Data shown Start Marker
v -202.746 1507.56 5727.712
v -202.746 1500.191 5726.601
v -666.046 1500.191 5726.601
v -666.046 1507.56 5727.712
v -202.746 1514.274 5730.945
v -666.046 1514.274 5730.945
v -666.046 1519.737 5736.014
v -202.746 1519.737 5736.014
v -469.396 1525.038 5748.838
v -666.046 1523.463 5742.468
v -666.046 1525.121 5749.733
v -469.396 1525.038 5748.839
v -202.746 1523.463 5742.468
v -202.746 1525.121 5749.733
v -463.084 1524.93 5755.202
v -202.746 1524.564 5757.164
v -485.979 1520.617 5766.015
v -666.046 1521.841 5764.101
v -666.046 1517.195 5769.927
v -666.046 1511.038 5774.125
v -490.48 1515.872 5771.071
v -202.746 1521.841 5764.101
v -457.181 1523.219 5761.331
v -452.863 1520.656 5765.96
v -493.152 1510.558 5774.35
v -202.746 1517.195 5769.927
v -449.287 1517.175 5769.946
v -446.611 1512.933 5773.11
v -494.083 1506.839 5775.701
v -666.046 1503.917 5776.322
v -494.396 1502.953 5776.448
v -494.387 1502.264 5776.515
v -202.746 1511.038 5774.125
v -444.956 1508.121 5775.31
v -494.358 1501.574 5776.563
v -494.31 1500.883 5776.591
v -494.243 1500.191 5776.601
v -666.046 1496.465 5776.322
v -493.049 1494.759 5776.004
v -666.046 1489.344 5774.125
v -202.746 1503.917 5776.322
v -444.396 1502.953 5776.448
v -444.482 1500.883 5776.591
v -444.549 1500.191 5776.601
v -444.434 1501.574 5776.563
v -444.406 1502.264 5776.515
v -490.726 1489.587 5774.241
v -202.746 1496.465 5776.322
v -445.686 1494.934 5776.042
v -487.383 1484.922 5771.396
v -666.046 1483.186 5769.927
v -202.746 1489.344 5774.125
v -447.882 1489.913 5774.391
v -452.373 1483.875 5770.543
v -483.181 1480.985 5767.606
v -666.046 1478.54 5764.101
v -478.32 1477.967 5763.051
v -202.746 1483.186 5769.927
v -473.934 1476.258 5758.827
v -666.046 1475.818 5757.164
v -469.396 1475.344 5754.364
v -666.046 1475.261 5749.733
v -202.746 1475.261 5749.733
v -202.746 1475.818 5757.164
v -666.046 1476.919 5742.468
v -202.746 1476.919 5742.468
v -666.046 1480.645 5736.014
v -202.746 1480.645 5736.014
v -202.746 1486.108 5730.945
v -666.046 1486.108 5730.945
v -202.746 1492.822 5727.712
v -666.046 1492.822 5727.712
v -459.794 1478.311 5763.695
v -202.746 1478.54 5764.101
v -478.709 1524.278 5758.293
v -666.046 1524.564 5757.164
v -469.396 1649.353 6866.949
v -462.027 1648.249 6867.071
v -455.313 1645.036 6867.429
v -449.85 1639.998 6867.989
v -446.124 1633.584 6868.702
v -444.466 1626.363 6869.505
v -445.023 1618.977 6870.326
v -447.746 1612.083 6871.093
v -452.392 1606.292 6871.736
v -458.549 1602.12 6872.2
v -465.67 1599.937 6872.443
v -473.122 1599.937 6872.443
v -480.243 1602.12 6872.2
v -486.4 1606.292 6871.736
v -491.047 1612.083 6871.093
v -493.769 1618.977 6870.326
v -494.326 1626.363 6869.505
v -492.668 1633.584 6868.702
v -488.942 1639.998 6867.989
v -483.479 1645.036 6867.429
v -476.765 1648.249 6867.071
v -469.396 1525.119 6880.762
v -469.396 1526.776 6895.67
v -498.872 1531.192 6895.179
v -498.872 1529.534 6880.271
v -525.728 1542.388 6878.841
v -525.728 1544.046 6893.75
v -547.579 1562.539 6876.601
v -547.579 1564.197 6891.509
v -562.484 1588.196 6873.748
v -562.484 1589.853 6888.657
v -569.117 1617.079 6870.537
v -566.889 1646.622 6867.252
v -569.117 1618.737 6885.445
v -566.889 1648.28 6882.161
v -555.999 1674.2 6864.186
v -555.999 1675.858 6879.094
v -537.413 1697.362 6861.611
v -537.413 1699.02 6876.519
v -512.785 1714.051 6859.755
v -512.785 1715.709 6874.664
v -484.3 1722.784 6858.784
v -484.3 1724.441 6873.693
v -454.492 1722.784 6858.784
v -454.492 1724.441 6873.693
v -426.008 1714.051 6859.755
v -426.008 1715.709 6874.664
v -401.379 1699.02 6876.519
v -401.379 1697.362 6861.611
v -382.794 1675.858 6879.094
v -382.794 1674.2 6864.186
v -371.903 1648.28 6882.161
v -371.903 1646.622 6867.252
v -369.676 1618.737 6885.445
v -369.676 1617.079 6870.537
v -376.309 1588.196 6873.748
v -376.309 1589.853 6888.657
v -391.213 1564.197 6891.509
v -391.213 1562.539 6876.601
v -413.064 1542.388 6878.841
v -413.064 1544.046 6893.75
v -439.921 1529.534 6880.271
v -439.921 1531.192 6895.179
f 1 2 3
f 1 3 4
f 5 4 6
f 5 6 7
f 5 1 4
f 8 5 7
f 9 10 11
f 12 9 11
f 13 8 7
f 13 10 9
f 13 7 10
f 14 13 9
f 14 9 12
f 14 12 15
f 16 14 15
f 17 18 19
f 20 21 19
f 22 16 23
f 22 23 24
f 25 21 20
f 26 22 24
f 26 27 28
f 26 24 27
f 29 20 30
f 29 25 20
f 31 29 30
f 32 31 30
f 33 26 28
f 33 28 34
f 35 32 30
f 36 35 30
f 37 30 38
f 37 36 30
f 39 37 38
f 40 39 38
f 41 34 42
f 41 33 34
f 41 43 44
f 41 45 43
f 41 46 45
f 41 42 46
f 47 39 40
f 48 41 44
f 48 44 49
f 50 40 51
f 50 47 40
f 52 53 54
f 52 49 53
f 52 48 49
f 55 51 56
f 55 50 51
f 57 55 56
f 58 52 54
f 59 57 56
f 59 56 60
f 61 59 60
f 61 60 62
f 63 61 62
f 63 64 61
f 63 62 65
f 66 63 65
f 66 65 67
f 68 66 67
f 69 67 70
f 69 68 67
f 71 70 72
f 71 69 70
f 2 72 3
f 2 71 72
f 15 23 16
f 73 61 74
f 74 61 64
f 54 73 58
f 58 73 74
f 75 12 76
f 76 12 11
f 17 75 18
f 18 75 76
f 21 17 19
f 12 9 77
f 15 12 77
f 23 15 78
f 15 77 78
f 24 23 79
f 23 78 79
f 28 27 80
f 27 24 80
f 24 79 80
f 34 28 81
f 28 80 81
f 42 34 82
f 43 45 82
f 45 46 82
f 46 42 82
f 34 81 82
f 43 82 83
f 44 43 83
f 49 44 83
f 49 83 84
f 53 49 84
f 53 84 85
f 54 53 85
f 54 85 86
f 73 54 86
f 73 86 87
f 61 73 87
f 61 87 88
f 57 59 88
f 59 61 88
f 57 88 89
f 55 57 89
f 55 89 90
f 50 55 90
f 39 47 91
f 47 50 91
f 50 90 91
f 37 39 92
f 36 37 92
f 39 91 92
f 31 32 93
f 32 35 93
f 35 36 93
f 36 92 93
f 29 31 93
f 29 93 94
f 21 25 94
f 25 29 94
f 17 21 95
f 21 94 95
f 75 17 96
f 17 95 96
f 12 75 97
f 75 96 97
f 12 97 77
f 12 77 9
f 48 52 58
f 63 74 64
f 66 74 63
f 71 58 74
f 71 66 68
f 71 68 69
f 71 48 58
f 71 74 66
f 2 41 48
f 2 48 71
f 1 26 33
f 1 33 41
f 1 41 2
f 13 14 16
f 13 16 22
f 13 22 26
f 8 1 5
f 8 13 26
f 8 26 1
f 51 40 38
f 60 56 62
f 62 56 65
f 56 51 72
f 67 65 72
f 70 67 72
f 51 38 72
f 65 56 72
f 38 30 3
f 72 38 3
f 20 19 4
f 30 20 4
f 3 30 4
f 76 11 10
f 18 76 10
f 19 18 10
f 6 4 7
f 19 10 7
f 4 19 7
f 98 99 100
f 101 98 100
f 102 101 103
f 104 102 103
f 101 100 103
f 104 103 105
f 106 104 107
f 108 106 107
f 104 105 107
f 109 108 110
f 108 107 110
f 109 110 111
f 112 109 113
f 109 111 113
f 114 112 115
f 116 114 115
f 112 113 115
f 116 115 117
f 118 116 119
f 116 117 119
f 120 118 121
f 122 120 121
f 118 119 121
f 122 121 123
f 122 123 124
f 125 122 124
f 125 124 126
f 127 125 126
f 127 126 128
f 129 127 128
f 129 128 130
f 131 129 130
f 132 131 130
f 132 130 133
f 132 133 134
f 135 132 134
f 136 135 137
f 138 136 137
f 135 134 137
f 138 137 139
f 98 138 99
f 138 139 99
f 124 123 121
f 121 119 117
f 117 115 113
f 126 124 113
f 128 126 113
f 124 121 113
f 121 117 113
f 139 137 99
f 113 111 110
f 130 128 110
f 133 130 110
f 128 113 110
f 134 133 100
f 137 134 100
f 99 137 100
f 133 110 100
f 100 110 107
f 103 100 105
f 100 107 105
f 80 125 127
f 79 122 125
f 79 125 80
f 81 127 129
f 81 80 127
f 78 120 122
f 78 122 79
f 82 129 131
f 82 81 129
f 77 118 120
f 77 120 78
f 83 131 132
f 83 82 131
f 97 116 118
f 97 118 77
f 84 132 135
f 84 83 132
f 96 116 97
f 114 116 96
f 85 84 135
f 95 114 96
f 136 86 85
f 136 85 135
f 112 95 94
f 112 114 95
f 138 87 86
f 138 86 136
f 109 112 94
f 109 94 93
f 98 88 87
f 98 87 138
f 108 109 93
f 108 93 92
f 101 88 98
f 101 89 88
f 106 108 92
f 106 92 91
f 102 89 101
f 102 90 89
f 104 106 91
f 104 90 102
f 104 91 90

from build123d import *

# Parameters (mm, degrees)
CROQUIS3_R                   = 25
SALIENTE_EXTRUIR1_DEPTH      = 463.3
CROQUIS5_R                   = 100
SALIENTE_EXTRUIR2_DEPTH      = 15
SALIENTE_EXTRUIR3_REACH      = 1699.123
SALIENTE_EXTRUIR3_END_RADIUS = 25
CROQUIS6_R                   = 25


with BuildPart() as part:
    # Croquis3 → Saliente-Extruir1 (new body)
    with BuildSketch(Plane(origin=(-202.746163562, 0, 0), x_dir=(0, 0, -1), z_dir=(1, 0, 0))):
        with Locations((-5751.601025747, 1500.190716107)):
            Circle(CROQUIS3_R)
    extrude(amount=-SALIENTE_EXTRUIR1_DEPTH)



with BuildPart() as body_2:
    # Croquis5 → Saliente-Extruir2 (new body)
    with BuildSketch(Plane(origin=(0, 775.966680828, 6979.147433935), x_dir=(1, 0, 0), z_dir=(0, -0.11050268429861657, -0.9938758256255157))):
        with Locations(Location((-469.396163562, -855.435934207, 0), (0, 0, 90))):
            Circle(CROQUIS5_R)
    extrude(amount=SALIENTE_EXTRUIR2_DEPTH)


with BuildPart() as part_1:
    add(part.part)

    add(body_2.part)  # Saliente-Extruir3 merges body 2
    # Saliente-Extruir3: up to this cylinder (the profile starts outside it)
    saliente_extruir3_end = Plane(origin=(-469.396164, 1500.190716107, 5751.601025747), z_dir=(1, 0, 0)) * Cylinder(SALIENTE_EXTRUIR3_END_RADIUS, 3449.246, mode=Mode.PRIVATE)
    # Croquis6 → Saliente-Extruir3 (add, up to the surface)
    with BuildSketch(Plane(origin=(0, 774.309140563, 6964.239296551), x_dir=(1, 0, 0), z_dir=(0, -0.11050268429861657, -0.9938758256255156)), mode=Mode.PRIVATE) as saliente_extruir3_sk1:
        with Locations(Location((-469.396163562, -855.435934207, 0), (0, 0, 270))):
            Circle(CROQUIS6_R)
    saliente_extruir3_tool1 = extrude(saliente_extruir3_sk1.sketch, amount=SALIENTE_EXTRUIR3_REACH, mode=Mode.PRIVATE) - saliente_extruir3_end
    add(saliente_extruir3_tool1.solids().sort_by_distance((-469.396164, 1624.506236, 6869.71133))[0])


solid = part_1.part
Data shown End Marker
▸ Brief
Give back, word for word, only the lines above from the line holding "v -444.406 1502.264 5776.515" to the line holding "v -462.027 1648.249 6867.071", both included.

▸ Exercise answer
v -444.406 1502.264 5776.515
v -490.726 1489.587 5774.241
v -202.746 1496.465 5776.322
v -445.686 1494.934 5776.042
v -487.383 1484.922 5771.396
v -666.046 1483.186 5769.927
v -202.746 1489.344 5774.125
v -447.882 1489.913 5774.391
v -452.373 1483.875 5770.543
v -483.181 1480.985 5767.606
v -666.046 1478.54 5764.101
v -478.32 1477.967 5763.051
v -202.746 1483.186 5769.927
v -473.934 1476.258 5758.827
v -666.046 1475.818 5757.164
v -469.396 1475.344 5754.364
v -666.046 1475.261 5749.733
v -202.746 1475.261 5749.733
v -202.746 1475.818 5757.164
v -666.046 1476.919 5742.468
v -202.746 1476.919 5742.468
v -666.046 1480.645 5736.014
v -202.746 1480.645 5736.014
v -202.746 1486.108 5730.945
v -666.046 1486.108 5730.945
v -202.746 1492.822 5727.712
v -666.046 1492.822 5727.712
v -459.794 1478.311 5763.695
v -202.746 1478.54 5764.101
v -478.709 1524.278 5758.293
v -666.046 1524.564 5757.164
v -469.396 1649.353 6866.949
v -462.027 1648.249 6867.071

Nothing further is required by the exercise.